See, there is no agency there. No choice. And throughout the day we make many, many decisions that way. And to be fair it isn’t always bad. Our flesh gives us all kinds of impulses that actually serve us. Maybe we should run from danger. Maybe we should sit down when we’re tired. Maybe we should take a step back from that ledge. That tingly feeling we get when standing at the Grand Canyon is prompted by a rudimentary, animal operating system that works well to keep us alive.
Babies ONLY have that operating system at first. When they get a hunger impulse they cry and then they suck. When babies get a bowel impulse, they let fly. They don’t ask, “Mom, have you finished putting the new diaper on me yet?” As they grow they learn to exert more and more control over those impulses, but the impulses themselves never go away.
Animals are the same. They live off of instinct and impulse. They do not have agency because they are unable to choose a course of action that is different that what the urge dictates. They are truly captive to their nature.
Yet God has made us human. We are higher than the animals in this regard. As adult humans we have the potential to transcend compulsive urges and act based on reason, morals, and a higher purpose. We are all caught between the Garden and the Great City of God. We are neither animal, nor God. Or we’re perhaps both beast and divine. We exist in this middle place, where we can choose either path.

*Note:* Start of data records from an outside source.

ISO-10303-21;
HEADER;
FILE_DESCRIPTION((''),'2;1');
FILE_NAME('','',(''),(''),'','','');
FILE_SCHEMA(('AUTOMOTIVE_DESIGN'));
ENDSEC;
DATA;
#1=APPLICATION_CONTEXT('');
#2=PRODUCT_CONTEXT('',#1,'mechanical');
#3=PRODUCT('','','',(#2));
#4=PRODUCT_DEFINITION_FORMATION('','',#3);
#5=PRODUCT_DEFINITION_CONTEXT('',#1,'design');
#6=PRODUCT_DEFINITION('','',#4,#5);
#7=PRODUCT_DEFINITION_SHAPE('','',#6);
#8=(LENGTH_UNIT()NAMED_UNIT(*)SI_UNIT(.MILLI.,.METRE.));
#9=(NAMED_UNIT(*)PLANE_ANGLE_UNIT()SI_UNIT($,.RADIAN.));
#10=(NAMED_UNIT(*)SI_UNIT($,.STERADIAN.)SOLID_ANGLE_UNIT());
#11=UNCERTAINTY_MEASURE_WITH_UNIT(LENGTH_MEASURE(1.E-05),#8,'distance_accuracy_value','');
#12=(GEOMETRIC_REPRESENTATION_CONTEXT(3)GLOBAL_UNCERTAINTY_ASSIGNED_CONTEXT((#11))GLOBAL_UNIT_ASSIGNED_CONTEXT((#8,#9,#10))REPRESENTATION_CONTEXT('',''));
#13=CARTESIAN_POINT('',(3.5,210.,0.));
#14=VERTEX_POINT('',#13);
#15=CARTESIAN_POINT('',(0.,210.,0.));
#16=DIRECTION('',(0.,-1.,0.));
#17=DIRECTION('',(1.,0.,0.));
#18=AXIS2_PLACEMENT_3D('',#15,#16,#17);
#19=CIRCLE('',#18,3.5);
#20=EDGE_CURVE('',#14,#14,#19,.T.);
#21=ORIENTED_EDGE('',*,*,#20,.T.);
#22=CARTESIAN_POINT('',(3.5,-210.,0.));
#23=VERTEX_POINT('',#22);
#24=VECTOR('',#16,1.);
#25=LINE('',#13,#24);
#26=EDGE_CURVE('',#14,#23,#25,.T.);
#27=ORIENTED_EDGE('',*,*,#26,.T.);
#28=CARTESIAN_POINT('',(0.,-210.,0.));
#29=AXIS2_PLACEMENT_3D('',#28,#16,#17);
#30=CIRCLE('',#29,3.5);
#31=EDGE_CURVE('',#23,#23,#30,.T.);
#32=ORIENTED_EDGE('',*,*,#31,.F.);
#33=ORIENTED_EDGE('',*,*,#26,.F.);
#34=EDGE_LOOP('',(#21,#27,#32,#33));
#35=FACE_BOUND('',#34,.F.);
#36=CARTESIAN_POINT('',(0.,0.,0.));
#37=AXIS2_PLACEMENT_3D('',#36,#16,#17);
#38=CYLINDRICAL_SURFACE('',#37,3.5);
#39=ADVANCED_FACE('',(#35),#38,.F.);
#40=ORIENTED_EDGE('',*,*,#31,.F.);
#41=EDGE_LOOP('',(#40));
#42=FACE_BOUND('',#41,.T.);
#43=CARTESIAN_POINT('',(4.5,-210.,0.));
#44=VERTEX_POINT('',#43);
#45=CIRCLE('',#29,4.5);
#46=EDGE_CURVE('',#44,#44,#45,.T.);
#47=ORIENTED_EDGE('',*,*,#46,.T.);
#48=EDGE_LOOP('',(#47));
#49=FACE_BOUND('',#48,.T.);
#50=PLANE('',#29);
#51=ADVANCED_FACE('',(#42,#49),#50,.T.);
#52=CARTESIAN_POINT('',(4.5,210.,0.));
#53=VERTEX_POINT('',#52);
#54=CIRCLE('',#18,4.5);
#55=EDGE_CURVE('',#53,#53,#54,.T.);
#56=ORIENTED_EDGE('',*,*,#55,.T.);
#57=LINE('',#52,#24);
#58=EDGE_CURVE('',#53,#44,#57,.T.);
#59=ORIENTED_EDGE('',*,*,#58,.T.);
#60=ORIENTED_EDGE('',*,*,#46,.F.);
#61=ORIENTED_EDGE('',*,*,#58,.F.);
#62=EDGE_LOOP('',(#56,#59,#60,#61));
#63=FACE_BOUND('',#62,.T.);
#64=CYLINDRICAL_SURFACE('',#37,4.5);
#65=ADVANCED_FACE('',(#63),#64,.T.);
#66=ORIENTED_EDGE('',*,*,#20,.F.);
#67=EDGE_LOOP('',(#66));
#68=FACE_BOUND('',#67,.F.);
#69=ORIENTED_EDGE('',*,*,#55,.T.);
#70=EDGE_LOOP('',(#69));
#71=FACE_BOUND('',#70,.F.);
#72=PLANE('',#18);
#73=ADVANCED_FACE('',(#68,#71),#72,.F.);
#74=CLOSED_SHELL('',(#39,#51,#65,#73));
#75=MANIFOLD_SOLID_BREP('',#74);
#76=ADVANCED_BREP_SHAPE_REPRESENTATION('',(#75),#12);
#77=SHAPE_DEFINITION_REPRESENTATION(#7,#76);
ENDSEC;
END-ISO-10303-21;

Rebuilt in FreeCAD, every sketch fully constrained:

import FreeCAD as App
import Part
import Sketcher
from FreeCAD import Vector
Q = App.Units.Quantity


def faces_at(feature, points):
    """Names of the faces that lie closest to the given points."""
    faces = feature.Shape.Faces
    near = lambda p: min(range(len(faces)), key=lambda i: faces[i].distToShape(Part.Vertex(*p))[0])
    return sorted({f"Face{near(p) + 1}" for p in points})

doc = App.newDocument("Part")
body = doc.addObject("PartDesign::Body", "Body")

# Sketch on XZ plane
sketch1 = doc.addObject("Sketcher::SketchObject", "Sketch")
body.addObject(sketch1)
sketch1.AttachmentSupport = (doc.XZ_Plane, [""])
sketch1.MapMode = "FlatFace"
sketch1.addGeometry(Part.Circle(Vector(0, 0, 0), Vector(0, 0, 1), 4.5), False)
sketch1.addConstraint([
    Sketcher.Constraint("Coincident", 0, 3, -1, 1),
    Sketcher.Constraint("Diameter", 0, Q("9 mm")),
])
pad1 = doc.addObject("PartDesign::Pad", "Pad")
body.addObject(pad1)
pad1.Profile = sketch1
pad1.Length = 420
pad1.Midplane = True
doc.recompute()

thickness = doc.addObject("PartDesign::Thickness", "Thickness")
body.addObject(thickness)
thickness.Base = (pad1, faces_at(pad1, [(0, -210, 0), (0, 210, 0)]))
thickness.Value = 1
thickness.Reversed = True
thickness.Join = "Arc"

doc.recompute()
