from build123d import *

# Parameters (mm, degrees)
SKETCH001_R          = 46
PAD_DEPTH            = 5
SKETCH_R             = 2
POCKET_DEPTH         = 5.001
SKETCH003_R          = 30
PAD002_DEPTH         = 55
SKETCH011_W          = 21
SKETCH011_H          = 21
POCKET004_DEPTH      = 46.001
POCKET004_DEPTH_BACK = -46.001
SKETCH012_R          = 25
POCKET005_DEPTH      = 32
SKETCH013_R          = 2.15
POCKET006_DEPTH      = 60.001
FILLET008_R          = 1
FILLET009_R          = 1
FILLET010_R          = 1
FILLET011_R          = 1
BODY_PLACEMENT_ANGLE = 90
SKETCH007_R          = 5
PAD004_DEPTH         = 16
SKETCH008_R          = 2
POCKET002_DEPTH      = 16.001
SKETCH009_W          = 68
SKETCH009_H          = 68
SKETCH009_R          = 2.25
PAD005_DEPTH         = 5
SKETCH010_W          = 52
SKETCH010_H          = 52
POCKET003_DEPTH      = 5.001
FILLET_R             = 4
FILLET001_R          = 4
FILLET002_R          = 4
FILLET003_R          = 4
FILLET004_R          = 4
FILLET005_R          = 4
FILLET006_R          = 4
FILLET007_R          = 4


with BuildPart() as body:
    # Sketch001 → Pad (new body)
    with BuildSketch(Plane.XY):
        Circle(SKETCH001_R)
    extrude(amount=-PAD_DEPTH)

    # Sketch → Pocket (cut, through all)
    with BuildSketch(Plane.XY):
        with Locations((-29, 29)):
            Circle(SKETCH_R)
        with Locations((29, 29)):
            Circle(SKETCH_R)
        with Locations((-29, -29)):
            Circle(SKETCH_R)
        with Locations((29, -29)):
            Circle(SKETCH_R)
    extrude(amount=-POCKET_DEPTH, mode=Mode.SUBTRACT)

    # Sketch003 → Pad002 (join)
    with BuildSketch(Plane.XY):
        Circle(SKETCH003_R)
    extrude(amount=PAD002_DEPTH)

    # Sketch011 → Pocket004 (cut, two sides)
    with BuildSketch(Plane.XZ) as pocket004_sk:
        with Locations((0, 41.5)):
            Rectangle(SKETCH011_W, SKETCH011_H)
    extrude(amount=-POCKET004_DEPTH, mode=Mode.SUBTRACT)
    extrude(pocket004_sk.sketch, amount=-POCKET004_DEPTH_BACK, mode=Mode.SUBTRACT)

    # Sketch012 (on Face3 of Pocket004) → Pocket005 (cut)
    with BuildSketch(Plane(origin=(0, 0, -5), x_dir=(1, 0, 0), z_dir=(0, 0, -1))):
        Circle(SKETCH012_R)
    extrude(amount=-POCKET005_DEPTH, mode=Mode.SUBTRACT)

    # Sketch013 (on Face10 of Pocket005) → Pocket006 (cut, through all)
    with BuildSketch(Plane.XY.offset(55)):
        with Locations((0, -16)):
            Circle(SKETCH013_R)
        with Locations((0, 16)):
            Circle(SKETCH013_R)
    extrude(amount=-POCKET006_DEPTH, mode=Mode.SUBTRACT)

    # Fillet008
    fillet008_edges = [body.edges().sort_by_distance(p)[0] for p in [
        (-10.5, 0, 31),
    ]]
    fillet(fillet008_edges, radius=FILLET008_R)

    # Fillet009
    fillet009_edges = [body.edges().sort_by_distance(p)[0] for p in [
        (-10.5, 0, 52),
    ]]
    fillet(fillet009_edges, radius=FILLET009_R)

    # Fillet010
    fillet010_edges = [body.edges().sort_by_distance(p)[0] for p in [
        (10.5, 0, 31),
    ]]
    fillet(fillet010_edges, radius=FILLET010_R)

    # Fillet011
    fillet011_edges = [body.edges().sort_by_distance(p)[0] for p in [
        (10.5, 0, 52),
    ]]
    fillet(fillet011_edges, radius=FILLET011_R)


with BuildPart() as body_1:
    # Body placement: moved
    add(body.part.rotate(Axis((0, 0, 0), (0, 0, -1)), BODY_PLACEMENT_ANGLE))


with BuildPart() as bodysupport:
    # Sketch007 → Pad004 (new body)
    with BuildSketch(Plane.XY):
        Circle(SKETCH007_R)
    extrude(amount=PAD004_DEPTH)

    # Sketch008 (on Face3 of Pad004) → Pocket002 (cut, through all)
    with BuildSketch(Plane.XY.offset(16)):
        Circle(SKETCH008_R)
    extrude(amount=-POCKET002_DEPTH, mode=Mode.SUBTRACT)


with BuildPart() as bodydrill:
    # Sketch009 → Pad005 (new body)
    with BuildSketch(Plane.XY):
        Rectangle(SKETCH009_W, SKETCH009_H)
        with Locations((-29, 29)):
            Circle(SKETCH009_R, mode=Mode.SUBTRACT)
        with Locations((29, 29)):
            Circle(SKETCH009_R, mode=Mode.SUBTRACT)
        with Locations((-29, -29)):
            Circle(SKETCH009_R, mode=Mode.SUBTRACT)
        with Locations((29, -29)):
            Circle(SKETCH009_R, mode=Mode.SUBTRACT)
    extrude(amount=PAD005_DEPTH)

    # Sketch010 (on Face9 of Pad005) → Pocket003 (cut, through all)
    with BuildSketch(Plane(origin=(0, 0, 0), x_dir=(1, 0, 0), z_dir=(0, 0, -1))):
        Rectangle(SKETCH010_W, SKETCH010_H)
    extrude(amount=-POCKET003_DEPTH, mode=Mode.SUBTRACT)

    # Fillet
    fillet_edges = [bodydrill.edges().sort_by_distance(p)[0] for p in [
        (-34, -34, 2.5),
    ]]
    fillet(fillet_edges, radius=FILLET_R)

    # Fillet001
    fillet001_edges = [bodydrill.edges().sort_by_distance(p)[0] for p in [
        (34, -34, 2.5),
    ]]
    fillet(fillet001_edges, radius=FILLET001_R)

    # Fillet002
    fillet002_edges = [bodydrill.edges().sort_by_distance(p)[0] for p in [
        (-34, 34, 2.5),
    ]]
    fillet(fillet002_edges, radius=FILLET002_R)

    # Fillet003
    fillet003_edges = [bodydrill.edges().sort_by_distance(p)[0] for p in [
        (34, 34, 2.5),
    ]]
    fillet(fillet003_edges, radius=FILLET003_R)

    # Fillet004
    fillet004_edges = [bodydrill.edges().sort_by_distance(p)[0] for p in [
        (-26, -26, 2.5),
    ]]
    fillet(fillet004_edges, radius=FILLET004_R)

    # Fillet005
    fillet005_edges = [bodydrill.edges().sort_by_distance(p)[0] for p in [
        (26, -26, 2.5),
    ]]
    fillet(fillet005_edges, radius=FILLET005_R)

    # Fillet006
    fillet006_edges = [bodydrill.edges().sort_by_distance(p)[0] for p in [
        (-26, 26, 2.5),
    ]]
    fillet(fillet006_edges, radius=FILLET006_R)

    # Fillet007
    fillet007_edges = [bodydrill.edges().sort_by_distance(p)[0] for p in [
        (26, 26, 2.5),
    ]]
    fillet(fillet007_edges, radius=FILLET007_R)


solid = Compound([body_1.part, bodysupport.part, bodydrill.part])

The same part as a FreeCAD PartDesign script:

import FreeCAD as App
import Part
import Sketcher
from FreeCAD import Vector
Q = App.Units.Quantity


def edges_at(feature, points):
    """Names of the edges that pass closest to the given points."""
    edges = feature.Shape.Edges
    near = lambda p: min(range(len(edges)), key=lambda i: edges[i].distToShape(Part.Vertex(*p))[0])
    return sorted({f"Edge{near(p) + 1}" for p in points})


def add_polygon(sketch, points):
    """Adds a closed chain of lines whose ends are joined by coincident constraints."""
    first, n = sketch.GeometryCount, len(points)
    for a, b in zip(points, points[1:] + points[:1]):
        sketch.addGeometry(Part.LineSegment(App.Vector(*a, 0), App.Vector(*b, 0)), False)
    for i in range(n):
        sketch.addConstraint(Sketcher.Constraint("Coincident", first + i, 2, first + (i + 1) % n, 1))

doc = App.newDocument("Part")
params = doc.addObject("Spreadsheet::Sheet", "Params")
for row, (alias, value) in enumerate([
    ("sketch1_diameter", "92 mm"),
    ("pad1_length", "5 mm"),
    ("sketch2_diameter", "4 mm"),
    ("sketch3_diameter", "60 mm"),
    ("pad2_length", "55 mm"),
    ("sketch4_width", "21 mm"),
    ("sketch5_diameter", "50 mm"),
    ("pocket3_length", "32 mm"),
    ("sketch6_diameter", "4.3 mm"),
    ("fillet_radius", "1 mm"),
    ("fillet2_radius", "1 mm"),
    ("fillet3_radius", "1 mm"),
    ("fillet4_radius", "1 mm"),
    ("sketch7_diameter", "10 mm"),
    ("pad3_length", "16 mm"),
    ("sketch8_diameter", "4 mm"),
    ("sketch9_diameter", "4.5 mm"),
    ("sketch9_width", "68 mm"),
    ("pad4_length", "5 mm"),
    ("sketch10_width", "52 mm"),
    ("fillet5_radius", "4 mm"),
    ("fillet6_radius", "4 mm"),
    ("fillet7_radius", "4 mm"),
    ("fillet8_radius", "4 mm"),
    ("fillet9_radius", "4 mm"),
    ("fillet10_radius", "4 mm"),
    ("fillet11_radius", "4 mm"),
    ("fillet12_radius", "4 mm"),
], start=1):
    params.set(f"A{row}", alias)
    params.set(f"B{row}", "=" + value)
    params.setAlias(f"B{row}", alias)
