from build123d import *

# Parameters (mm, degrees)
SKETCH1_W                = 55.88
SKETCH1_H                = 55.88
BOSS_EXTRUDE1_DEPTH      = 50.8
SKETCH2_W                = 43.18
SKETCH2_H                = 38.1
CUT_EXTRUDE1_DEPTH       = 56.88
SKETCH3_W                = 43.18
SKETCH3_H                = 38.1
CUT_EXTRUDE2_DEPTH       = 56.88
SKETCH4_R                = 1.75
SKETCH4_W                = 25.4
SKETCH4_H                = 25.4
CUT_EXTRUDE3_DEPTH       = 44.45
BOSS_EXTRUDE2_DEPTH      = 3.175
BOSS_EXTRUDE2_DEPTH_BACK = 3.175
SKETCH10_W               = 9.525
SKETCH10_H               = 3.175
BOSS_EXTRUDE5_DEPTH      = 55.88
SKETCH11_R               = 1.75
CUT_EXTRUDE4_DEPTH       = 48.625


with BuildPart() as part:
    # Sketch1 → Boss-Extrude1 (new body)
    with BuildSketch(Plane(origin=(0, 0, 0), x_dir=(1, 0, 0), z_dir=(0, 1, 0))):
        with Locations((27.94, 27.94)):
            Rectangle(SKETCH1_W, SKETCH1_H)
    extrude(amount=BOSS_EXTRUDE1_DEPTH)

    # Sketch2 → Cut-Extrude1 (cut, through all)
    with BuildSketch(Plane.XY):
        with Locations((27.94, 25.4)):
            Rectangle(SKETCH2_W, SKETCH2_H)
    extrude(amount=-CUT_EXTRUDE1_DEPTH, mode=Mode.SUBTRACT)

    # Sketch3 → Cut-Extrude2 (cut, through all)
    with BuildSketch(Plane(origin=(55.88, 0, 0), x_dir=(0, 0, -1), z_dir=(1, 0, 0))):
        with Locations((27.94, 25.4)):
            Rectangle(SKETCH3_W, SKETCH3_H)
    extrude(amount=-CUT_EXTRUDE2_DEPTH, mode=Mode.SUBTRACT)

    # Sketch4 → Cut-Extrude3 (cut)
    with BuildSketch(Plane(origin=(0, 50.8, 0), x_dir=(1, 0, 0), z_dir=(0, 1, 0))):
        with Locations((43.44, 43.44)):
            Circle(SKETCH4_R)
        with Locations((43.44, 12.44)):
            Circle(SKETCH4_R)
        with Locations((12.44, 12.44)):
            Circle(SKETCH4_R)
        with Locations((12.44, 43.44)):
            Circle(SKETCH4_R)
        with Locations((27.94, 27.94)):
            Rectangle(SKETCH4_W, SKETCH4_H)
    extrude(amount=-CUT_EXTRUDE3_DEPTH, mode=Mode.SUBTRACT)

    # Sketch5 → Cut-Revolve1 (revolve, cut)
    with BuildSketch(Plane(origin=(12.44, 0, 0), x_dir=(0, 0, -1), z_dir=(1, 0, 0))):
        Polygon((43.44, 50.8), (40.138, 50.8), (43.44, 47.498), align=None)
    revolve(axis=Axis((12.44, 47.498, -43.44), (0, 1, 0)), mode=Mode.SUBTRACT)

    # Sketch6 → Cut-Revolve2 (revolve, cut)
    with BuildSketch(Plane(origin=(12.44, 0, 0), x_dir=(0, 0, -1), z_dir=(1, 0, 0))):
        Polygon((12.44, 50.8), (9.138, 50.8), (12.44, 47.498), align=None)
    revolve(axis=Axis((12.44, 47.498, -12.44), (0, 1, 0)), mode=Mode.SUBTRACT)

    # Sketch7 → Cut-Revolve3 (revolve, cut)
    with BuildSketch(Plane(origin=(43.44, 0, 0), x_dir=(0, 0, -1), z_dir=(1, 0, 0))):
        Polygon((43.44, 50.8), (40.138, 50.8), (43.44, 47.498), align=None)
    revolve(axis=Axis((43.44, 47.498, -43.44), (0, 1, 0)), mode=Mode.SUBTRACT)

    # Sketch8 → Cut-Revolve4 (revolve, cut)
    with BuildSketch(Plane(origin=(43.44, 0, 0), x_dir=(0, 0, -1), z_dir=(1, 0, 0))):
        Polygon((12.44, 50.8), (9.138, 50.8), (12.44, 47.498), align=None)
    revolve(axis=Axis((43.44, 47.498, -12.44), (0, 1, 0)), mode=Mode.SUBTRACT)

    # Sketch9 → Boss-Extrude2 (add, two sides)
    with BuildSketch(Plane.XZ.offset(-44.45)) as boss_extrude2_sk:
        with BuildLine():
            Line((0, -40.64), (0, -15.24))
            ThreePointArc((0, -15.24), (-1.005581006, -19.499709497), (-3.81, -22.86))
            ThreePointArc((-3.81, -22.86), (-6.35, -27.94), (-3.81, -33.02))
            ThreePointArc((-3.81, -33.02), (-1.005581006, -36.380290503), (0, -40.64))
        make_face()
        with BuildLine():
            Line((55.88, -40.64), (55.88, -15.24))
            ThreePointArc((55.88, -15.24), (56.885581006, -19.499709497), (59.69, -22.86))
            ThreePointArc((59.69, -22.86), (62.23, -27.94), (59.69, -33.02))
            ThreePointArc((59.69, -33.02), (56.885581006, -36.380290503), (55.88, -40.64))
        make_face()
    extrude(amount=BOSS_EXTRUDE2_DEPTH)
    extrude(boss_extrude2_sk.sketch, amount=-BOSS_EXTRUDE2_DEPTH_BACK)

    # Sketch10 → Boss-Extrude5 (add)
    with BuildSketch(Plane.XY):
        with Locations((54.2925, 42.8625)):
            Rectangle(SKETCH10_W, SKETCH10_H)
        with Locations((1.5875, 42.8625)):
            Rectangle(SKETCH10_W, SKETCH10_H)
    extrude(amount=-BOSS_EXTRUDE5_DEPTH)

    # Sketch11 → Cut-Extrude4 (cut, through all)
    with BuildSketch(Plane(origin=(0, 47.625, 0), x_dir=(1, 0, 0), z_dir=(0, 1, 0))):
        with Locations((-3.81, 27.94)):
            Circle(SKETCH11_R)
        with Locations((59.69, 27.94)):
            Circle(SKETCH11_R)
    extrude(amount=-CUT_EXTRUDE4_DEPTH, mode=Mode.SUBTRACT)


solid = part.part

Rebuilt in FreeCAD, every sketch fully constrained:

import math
import FreeCAD as App
import Part
import Sketcher

V = App.Vector
Q = App.Units.Quantity


def add_polygon(sketch, points):
    """Adds a closed chain of lines whose ends are joined by coincident constraints."""
    first, n = sketch.GeometryCount, len(points)
    for a, b in zip(points, points[1:] + points[:1]):
        sketch.addGeometry(Part.LineSegment(App.Vector(*a, 0), App.Vector(*b, 0)), False)
    for i in range(n):
        sketch.addConstraint(Sketcher.Constraint("Coincident", first + i, 2, first + (i + 1) % n, 1))

doc = App.newDocument("Part")
body = doc.addObject("PartDesign::Body", "Body")

# Sketch on XZ plane
sketch1 = body.newObject("Sketcher::SketchObject", "Sketch")
sketch1.AttachmentSupport = (doc.getObject("XZ_Plane"), [""])
sketch1.MapMode = "FlatFace"
add_polygon(sketch1, [(0, -56), (0, 0), (56, 0), (56, -56)])  # lines 0-3
sketch1.addConstraint([
    Sketcher.Constraint("Vertical", 0),
    Sketcher.Constraint("Horizontal", 1),
    Sketcher.Constraint("Vertical", 2),
    Sketcher.Constraint("Horizontal", 3),
    Sketcher.Constraint("Coincident", 0, 2, -1, 1),
    Sketcher.Constraint("Equal", 3, 0),
    Sketcher.Constraint("DistanceX", 1, 1, 1, 2, Q("2.2 in")),
])
pad1 = body.newObject("PartDesign::Pad", "Pad")
pad1.Profile = sketch1
pad1.Length = Q("2 in")
pad1.Reversed = True

# Sketch on XY plane
sketch2 = body.newObject("Sketcher::SketchObject", "Sketch001")
sketch2.AttachmentSupport = (doc.getObject("XY_Plane"), [""])
sketch2.MapMode = "FlatFace"
add_polygon(sketch2, [(6, 44), (6, 6), (50, 6), (50, 44)])  # lines 0-3
sketch2.addConstraint([
    Sketcher.Constraint("Vertical", 0),
    Sketcher.Constraint("Horizontal", 1),
    Sketcher.Constraint("Vertical", 2),
    Sketcher.Constraint("Horizontal", 3),
    Sketcher.Constraint("DistanceX", 1, 1, 1, 2, Q("1.7 in")),
    Sketcher.Constraint("DistanceY", 0, 2, 0, 1, Q("1.5 in")),
    Sketcher.Constraint("DistanceX", -1, 1, 0, 2, Q("0.25 in")),
    Sketcher.Constraint("DistanceY", -1, 1, 0, 2, Q("0.25 in")),
])
pocket1 = body.newObject("PartDesign::Pocket", "Pocket")
pocket1.Profile = sketch2
pocket1.Type = "ThroughAll"

# Sketch on YZ plane
sketch3 = body.newObject("Sketcher::SketchObject", "Sketch002")
sketch3.AttachmentSupport = (doc.getObject("YZ_Plane"), [""])
sketch3.MapMode = "FlatFace"
sketch3.AttachmentOffset = App.Placement(V(0, 0, 2.2 * 25.4), App.Rotation())
add_polygon(sketch3, [(44, -6), (6, -6), (6, -50), (44, -50)])  # lines 0-3
sketch3.addConstraint([
    Sketcher.Constraint("Horizontal", 0),
    Sketcher.Constraint("Vertical", 1),
    Sketcher.Constraint("Horizontal", 2),
    Sketcher.Constraint("Vertical", 3),
    Sketcher.Constraint("DistanceX", 0, 2, 0, 1, Q("1.5 in")),
    Sketcher.Constraint("DistanceY", 1, 2, 1, 1, Q("1.7 in")),
    Sketcher.Constraint("DistanceX", -1, 1, 0, 2, Q("0.25 in")),
    Sketcher.Constraint("DistanceY", 0, 2, -1, 1, Q("0.25 in")),
])
pocket2 = body.newObject("PartDesign::Pocket", "Pocket001")
pocket2.Profile = sketch3
pocket2.Type = "ThroughAll"

# Sketch on XZ plane
sketch4 = body.newObject("Sketcher::SketchObject", "Sketch003")
sketch4.AttachmentSupport = (doc.getObject("XZ_Plane"), [""])
sketch4.MapMode = "FlatFace"
sketch4.AttachmentOffset = App.Placement(V(0, 0, -2 * 25.4), App.Rotation())
sketch4.addGeometry(Part.Circle(V(43.4, -43.4, 0), V(0, 0, 1), 1.8), False)  # 0
sketch4.addGeometry(Part.Circle(V(43.4, -12.4, 0), V(0, 0, 1), 1.8), False)  # 1
sketch4.addGeometry(Part.Circle(V(12.4, -12.4, 0), V(0, 0, 1), 1.8), False)  # 2
sketch4.addGeometry(Part.Circle(V(12.4, -43.4, 0), V(0, 0, 1), 1.8), False)  # 3
add_polygon(sketch4, [(15.2, -40.6), (15.2, -15.2), (40.6, -15.2), (40.6, -40.6)])  # lines 4-7
sketch4.addConstraint([
    Sketcher.Constraint("Vertical", 4),
    Sketcher.Constraint("Horizontal", 5),
    Sketcher.Constraint("Vertical", 6),
    Sketcher.Constraint("Horizontal", 7),
    Sketcher.Constraint("Equal", 0, 1),
    Sketcher.Constraint("Equal", 1, 2),
    Sketcher.Constraint("Equal", 2, 3),
    Sketcher.Constraint("Horizontal", 1, 3, 2, 3),
    Sketcher.Constraint("Horizontal", 0, 3, 3, 3),
    Sketcher.Constraint("Vertical", 0, 3, 1, 3),
    Sketcher.Constraint("Vertical", 2, 3, 3, 3),
    Sketcher.Constraint("Equal", 7, 4),
    Sketcher.Constraint("DistanceX", 5, 1, 5, 2, Q("1 in")),
    Sketcher.Constraint("DistanceX", -1, 1, 4, 2, Q("0.6 in")),
    Sketcher.Constraint("DistanceY", 4, 2, -1, 1, Q("0.6 in")),
    Sketcher.Constraint("Diameter", 0, 3.5),
    Sketcher.Constraint("DistanceX", -1, 1, 0, 3, 43.44),
    Sketcher.Constraint("DistanceY", 0, 3, -1, 1, 43.44),
    Sketcher.Constraint("DistanceY", 1, 3, -1, 1, 12.44),
    Sketcher.Constraint("DistanceX", -1, 1, 2, 3, 12.44),
])
pocket3 = body.newObject("PartDesign::Pocket", "Pocket002")
pocket3.Profile = sketch4
pocket3.Length = Q("1.75 in")
pocket3.Reversed = True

Back to that little space I mentioned at the top. When we have an urge to do something that we know will not serve us, there is a fleeting moment- a precious moment- where we may truly escape our beastly, earthly nature, and act as our Father would. We are capable of following the Spirit. And Jesus made that right choice every time.
I contend that if you are struggling and believe you have no choice but to eat the pizza on impulse, don’t even try to stop yourself. Instead, watch for the space. Listen for that Divine Moment, given to you by God personally. Recognize that only beings made in God’s image have this superpower that is now revealing itself within you: the power to choose according to your higher self.
You may find that the more you live in this space, the bigger it becomes. In time, you may find you can place a crucial pause between having an impulse and gratifying that impulse. Open that space wide enough and you might discover that you can simply accept the impulse as it is: a request from your animalistic self that is not serving you. You may sit in the urge for a while or mindfully dismiss it. You certainly do not have to obey it.
This is the space between Heaven and Hell.